Nauka rajdowego rzemiosła trwa, bez napinki.

Drugi dzień Rallye du Var pokazał, że Robert Kubica kolejny raz jedzie w swoim własnym rajdzie. Po odpadnięciu Freddy’ego Loixa, który po sześciu odcinkach specjalnych przegrywał z polsko-włoską załogą o dwie minuty, drugą lokatę przejął Cedric Robert, zwycięzca tego rajdu sprzed dwóch lat. Nowo koronowany wicemistrz Francji, jadący Peugeotem 207 S2000, traci do Kubicy ponad pięć minut. W rozmowie po zjeździe do parku zamkniętego polski kierowca stwierdził, że jedzie na luzie i ma nadzieję, że w niedzielę będzie padać.

– Wszystko gra, jedzie się sympatycznie i bez jakiejś większej napinki – powiedział Robert. – Rytm mamy dobry, chcemy sprawdzić opis, możliwości samochodu, wyczuć auto oraz opony. Dobrze się bawimy, bardzo nam się podoba jazda Citroenem C4, a ogumienie Pirelli spisuje się bardzo dobrze.

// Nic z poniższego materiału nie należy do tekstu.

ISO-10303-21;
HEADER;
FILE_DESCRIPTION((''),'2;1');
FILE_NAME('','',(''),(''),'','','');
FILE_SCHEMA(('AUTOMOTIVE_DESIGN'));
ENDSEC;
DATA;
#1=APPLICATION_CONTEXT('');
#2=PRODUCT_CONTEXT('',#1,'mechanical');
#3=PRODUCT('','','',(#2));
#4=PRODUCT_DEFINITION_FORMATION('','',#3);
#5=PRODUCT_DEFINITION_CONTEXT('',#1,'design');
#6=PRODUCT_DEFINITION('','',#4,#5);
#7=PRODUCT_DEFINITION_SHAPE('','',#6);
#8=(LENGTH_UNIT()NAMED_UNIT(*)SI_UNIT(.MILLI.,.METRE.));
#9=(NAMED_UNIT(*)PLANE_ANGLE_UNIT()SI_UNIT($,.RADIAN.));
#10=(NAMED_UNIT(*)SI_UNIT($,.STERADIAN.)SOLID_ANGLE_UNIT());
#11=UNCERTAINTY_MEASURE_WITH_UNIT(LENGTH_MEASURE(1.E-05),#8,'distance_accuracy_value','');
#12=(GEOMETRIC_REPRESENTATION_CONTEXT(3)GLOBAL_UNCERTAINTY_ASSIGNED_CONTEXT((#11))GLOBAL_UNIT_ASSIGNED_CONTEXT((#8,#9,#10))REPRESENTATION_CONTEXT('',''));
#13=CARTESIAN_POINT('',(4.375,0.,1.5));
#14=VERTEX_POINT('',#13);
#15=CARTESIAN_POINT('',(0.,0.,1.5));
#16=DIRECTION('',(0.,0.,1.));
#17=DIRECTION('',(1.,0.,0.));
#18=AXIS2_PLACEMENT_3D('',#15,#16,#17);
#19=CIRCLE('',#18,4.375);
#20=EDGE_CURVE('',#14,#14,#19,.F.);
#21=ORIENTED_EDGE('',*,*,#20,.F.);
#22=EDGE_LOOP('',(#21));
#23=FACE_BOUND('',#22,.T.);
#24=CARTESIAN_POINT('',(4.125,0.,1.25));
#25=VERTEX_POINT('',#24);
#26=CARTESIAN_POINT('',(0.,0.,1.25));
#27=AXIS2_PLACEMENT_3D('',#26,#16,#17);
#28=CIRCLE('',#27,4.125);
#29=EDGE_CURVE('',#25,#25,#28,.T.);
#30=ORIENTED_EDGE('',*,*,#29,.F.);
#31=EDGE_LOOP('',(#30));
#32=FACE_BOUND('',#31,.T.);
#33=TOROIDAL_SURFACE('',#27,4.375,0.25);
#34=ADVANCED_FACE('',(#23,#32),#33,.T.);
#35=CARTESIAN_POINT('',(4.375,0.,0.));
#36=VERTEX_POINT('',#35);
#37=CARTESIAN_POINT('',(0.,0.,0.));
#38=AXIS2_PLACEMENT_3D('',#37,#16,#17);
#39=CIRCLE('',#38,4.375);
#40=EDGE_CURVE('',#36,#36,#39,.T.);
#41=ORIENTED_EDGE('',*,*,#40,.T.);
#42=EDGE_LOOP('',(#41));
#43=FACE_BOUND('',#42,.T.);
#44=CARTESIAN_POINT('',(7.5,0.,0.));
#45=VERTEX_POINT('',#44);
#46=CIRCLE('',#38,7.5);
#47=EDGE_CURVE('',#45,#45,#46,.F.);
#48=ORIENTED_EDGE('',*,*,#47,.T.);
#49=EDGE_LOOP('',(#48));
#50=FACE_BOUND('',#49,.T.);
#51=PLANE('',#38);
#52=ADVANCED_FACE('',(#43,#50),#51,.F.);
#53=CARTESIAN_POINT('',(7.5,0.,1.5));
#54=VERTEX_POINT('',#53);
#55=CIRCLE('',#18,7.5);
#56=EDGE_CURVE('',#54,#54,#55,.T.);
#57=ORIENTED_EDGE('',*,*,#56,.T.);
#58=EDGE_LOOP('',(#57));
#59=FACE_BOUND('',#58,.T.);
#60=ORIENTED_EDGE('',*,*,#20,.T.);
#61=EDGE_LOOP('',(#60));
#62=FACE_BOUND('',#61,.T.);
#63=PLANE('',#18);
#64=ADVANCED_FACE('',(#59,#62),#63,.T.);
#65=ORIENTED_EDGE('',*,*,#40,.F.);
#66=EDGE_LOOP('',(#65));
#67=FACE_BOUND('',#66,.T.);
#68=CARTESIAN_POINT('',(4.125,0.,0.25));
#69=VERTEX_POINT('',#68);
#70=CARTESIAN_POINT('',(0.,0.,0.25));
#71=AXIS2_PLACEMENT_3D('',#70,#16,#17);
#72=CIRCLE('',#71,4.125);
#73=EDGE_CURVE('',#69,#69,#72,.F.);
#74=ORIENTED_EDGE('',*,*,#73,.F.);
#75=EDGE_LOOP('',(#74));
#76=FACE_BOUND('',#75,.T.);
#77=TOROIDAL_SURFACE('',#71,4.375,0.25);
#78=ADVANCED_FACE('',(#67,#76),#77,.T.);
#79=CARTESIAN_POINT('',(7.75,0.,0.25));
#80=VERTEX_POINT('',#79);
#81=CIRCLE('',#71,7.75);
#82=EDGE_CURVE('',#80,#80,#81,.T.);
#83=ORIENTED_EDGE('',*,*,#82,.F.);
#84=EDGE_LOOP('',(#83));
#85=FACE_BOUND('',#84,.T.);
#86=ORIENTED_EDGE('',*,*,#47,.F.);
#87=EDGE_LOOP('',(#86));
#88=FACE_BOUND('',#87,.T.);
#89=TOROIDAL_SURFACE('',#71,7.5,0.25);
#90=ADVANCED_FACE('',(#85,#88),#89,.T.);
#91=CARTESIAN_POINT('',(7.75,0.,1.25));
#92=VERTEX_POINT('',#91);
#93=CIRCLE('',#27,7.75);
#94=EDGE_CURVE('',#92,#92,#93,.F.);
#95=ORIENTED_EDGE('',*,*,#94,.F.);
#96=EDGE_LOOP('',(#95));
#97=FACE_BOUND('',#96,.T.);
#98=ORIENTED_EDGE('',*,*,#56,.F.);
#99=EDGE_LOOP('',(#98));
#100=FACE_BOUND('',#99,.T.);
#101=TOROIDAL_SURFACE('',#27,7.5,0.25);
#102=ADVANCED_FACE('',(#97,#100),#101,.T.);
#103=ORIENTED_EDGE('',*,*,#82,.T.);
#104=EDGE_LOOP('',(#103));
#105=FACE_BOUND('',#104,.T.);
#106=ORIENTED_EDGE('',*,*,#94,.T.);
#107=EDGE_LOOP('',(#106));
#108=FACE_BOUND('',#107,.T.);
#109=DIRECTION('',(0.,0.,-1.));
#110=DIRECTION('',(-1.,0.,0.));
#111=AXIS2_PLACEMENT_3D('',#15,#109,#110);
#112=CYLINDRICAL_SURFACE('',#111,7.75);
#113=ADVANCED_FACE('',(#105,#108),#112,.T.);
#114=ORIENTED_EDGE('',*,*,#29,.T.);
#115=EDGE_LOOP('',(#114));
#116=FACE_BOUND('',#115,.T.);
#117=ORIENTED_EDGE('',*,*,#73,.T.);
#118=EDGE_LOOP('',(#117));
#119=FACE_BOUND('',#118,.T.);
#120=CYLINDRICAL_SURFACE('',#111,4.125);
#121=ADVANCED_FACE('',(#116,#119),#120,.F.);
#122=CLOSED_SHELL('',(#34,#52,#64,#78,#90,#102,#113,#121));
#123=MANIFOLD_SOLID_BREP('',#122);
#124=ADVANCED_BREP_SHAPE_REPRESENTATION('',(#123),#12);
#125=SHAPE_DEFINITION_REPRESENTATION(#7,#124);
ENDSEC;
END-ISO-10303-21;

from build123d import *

# Parameters (mm, degrees)
SKETCH1_R           = 7.75
SKETCH1_R_2         = 4.125
BOSS_EXTRUDE1_DEPTH = 1.5
FILLET1_R           = 0.25


with BuildPart() as part:
    # Sketch1 → Boss-Extrude1 (new body)
    with BuildSketch(Plane.XY):
        Circle(SKETCH1_R)
        Circle(SKETCH1_R_2, mode=Mode.SUBTRACT)
    extrude(amount=BOSS_EXTRUDE1_DEPTH)

    # Fillet1
    fillet1_edges = [part.edges().sort_by_distance(p)[0] for p in [
        (-7.75, 0, 0),
        (-7.75, 0, 1.5),
        (-4.125, 0, 0),
        (-4.125, 0, 1.5),
    ]]
    fillet(fillet1_edges, radius=FILLET1_R)


solid = part.part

Kubica pokonał dzisiaj prawie 110 kilometrów z pomiarem czasu: pięć odcinków specjalnych, z których dwa miały po ponad 30 kilometrów długości. Dzień był zatem dość długi, choć z perspektywy Roberta chyba nie do końca…

– Ja wiem, czy długi? Szybko się skończył. Kilometrowo nie był chyba taki długi, jak w Bassano – skwitował i nie powstrzymał się przed wetknięciem małej szpileczki tym, którzy nie doceniają poziomu włoskich rajdów. – Jeśli chodzi o mnie [o formę fizyczną], to dużo do sprawdzania nie było, ponieważ rajdy, w których startowałem – te sławne, trzecioligowe włoskie imprezy – są wymagające i włoskie odcinki też są wymagające. Tak jak mówię, w Bassano był dość krótki rajd, 130 kilometrów, ale w jeden dzień przejechaliśmy 125, więc było to sporo jak na krajowe rajdy – regionalne, włoski odpowiednik naszego Pucharu PZM albo nawet gorzej. Ogólnie żarty żartami, ale wszystko jest dobrze, wszystko gra.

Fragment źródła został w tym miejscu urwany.